She did go to a centre for 'depressed' people and they diagnosed her as 'early onset; of dementia in Jan'13 but discharged her in March'13! We don't know where/who to turn to and the situation is really really bad. She is an insulin dependent diabetic and has beaten cancer twice but 2 days ago after being off cigarettes for 20 years my Dad rang very upset to say that she had bought 20 cigarettes and was puffing away on them! I had a party for Mum in my house 2 wks ago but she is denying there was any birthday cake/candles/party food etc and is also calling my son(her grandson whom I know she adores)a liar when he told her there was a party! We are at our wits end and worried the next violent episode could lead to sdomething far worse.

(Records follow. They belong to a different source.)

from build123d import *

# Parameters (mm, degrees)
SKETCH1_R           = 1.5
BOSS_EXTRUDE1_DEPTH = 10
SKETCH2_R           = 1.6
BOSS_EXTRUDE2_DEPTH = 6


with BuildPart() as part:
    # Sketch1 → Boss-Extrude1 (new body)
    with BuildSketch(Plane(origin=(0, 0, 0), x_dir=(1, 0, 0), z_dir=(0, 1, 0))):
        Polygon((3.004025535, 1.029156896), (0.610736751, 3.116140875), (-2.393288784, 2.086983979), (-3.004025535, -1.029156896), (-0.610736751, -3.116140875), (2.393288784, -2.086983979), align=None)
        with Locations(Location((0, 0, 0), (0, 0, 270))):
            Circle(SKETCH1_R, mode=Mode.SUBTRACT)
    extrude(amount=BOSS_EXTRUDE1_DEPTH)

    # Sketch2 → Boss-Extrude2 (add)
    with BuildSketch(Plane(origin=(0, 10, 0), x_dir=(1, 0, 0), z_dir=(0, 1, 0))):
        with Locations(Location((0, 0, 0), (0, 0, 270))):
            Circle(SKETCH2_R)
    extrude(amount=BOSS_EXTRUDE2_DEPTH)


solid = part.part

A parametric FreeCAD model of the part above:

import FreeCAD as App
import Part
import Sketcher

V = App.Vector
Q = App.Units.Quantity

doc = App.newDocument("Part")
body = doc.addObject("PartDesign::Body", "Body")

# Sketch on XZ plane
sketch1 = doc.addObject("Sketcher::SketchObject", "Sketch")
body.addObject(sketch1)
sketch1.AttachmentSupport = (doc.XZ_Plane, [""])
sketch1.MapMode = "FlatFace"
sketch1.addGeometry([
    Part.LineSegment(V(3, -1, 0), V(0.6, -3.1, 0)),  # 0
    Part.LineSegment(V(0.6, -3.1, 0), V(-2.4, -2.1, 0)),  # 1
    Part.LineSegment(V(-2.4, -2.1, 0), V(-3, 1, 0)),  # 2
    Part.LineSegment(V(-3, 1, 0), V(-0.6, 3.1, 0)),  # 3
    Part.LineSegment(V(-0.6, 3.1, 0), V(2.4, 2.1, 0)),  # 4
    Part.LineSegment(V(2.4, 2.1, 0), V(3, -1, 0)),  # 5
    Part.Circle(V(0, 0, 0), V(0, 0, 1), 1.5),  # 6
], False)
sketch1.addConstraint([
    Sketcher.Constraint("Coincident", 0, 2, 1, 1),
    Sketcher.Constraint("Coincident", 1, 2, 2, 1),
    Sketcher.Constraint("Coincident", 2, 2, 3, 1),
    Sketcher.Constraint("Coincident", 3, 2, 4, 1),
    Sketcher.Constraint("Coincident", 4, 2, 5, 1),
    Sketcher.Constraint("Coincident", 5, 2, 0, 1),
    Sketcher.Constraint("Coincident", 6, 3, -1, 1),
    Sketcher.Constraint("Symmetric", 0, 2, 3, 2, -1, 1),
    Sketcher.Constraint("Symmetric", 1, 2, 4, 2, -1, 1),
    Sketcher.Constraint("Symmetric", 2, 2, 5, 2, -1, 1),
    Sketcher.Constraint("Equal", 0, 1),
    Sketcher.Constraint("Equal", 1, 2),
    Sketcher.Constraint("Diameter", 6, Q("3 mm")),
    Sketcher.Constraint("DistanceY", 0, 2, -1, 1, Q("3.116141 mm")),
    Sketcher.Constraint("DistanceX", 1, 2, -1, 1, Q("2.393289 mm")),
    Sketcher.Constraint("DistanceY", 1, 2, 2, 2, Q("3.116141 mm")),
    Sketcher.Constraint("DistanceX", 2, 2, 3, 2, Q("2.393289 mm")),
])
pad1 = doc.addObject("PartDesign::Pad", "Pad")
body.addObject(pad1)
pad1.Profile = sketch1
pad1.Length = 10
pad1.Reversed = True

# Sketch on XZ plane
sketch2 = doc.addObject("Sketcher::SketchObject", "Sketch001")
body.addObject(sketch2)
sketch2.AttachmentSupport = (doc.XZ_Plane, [""])
sketch2.MapMode = "FlatFace"
sketch2.AttachmentOffset = App.Placement(V(0, 0, -10), App.Rotation())
sketch2.addGeometry(Part.Circle(V(0, 0, 0), V(0, 0, 1), 1.6), False)
sketch2.addConstraint([
    Sketcher.Constraint("Coincident", 0, 3, -1, 1),
    Sketcher.Constraint("Diameter", 0, Q("3.2 mm")),
])
pad2 = doc.addObject("PartDesign::Pad", "Pad001")
body.addObject(pad2)
pad2.Profile = sketch2
pad2.Length = 6
pad2.Reversed = True

doc.recompute()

She has held a knife to my Dad and hurls vile abuse at him and us but we know its not her fault. The system here has really failed her and us and we would love advice on what to do. Thanks (Ireland)
I can't convince her that she NEEDS to be in assisted living, even tho I do a lot of the assisting, she believes she could live in an apartment alone.
(if she didn't have a machine that tells her to take her meds, she wouldn't remember.). And she doesn't remember whether she took them or not. I have a way to keep track, until she figures it out. God Bless your parents and give doctors the wisdom to give the help needed. Donna
I think people have told you the things you may have to do, and I sure understand why you wish you would not have to do them. BUT Mom is a danger to herself and others, and her needs will eat your Dad alive if you continue to let it happen. If it takes involving the police, involve the police. Half-measures won't do at this point.
Another poster on this board (also from Ireland, I believe) was living alone with his mum who was quite far gone with dementia. her doctor kept saying that there was nothing he could do...until the son said he was going to walk away. Emergency services came and got her, and she was found to have VERY advanced Alzheimer's and was put into care immediately. Sometimes we have to take drastic action to get others to pay attention to our elders' needs.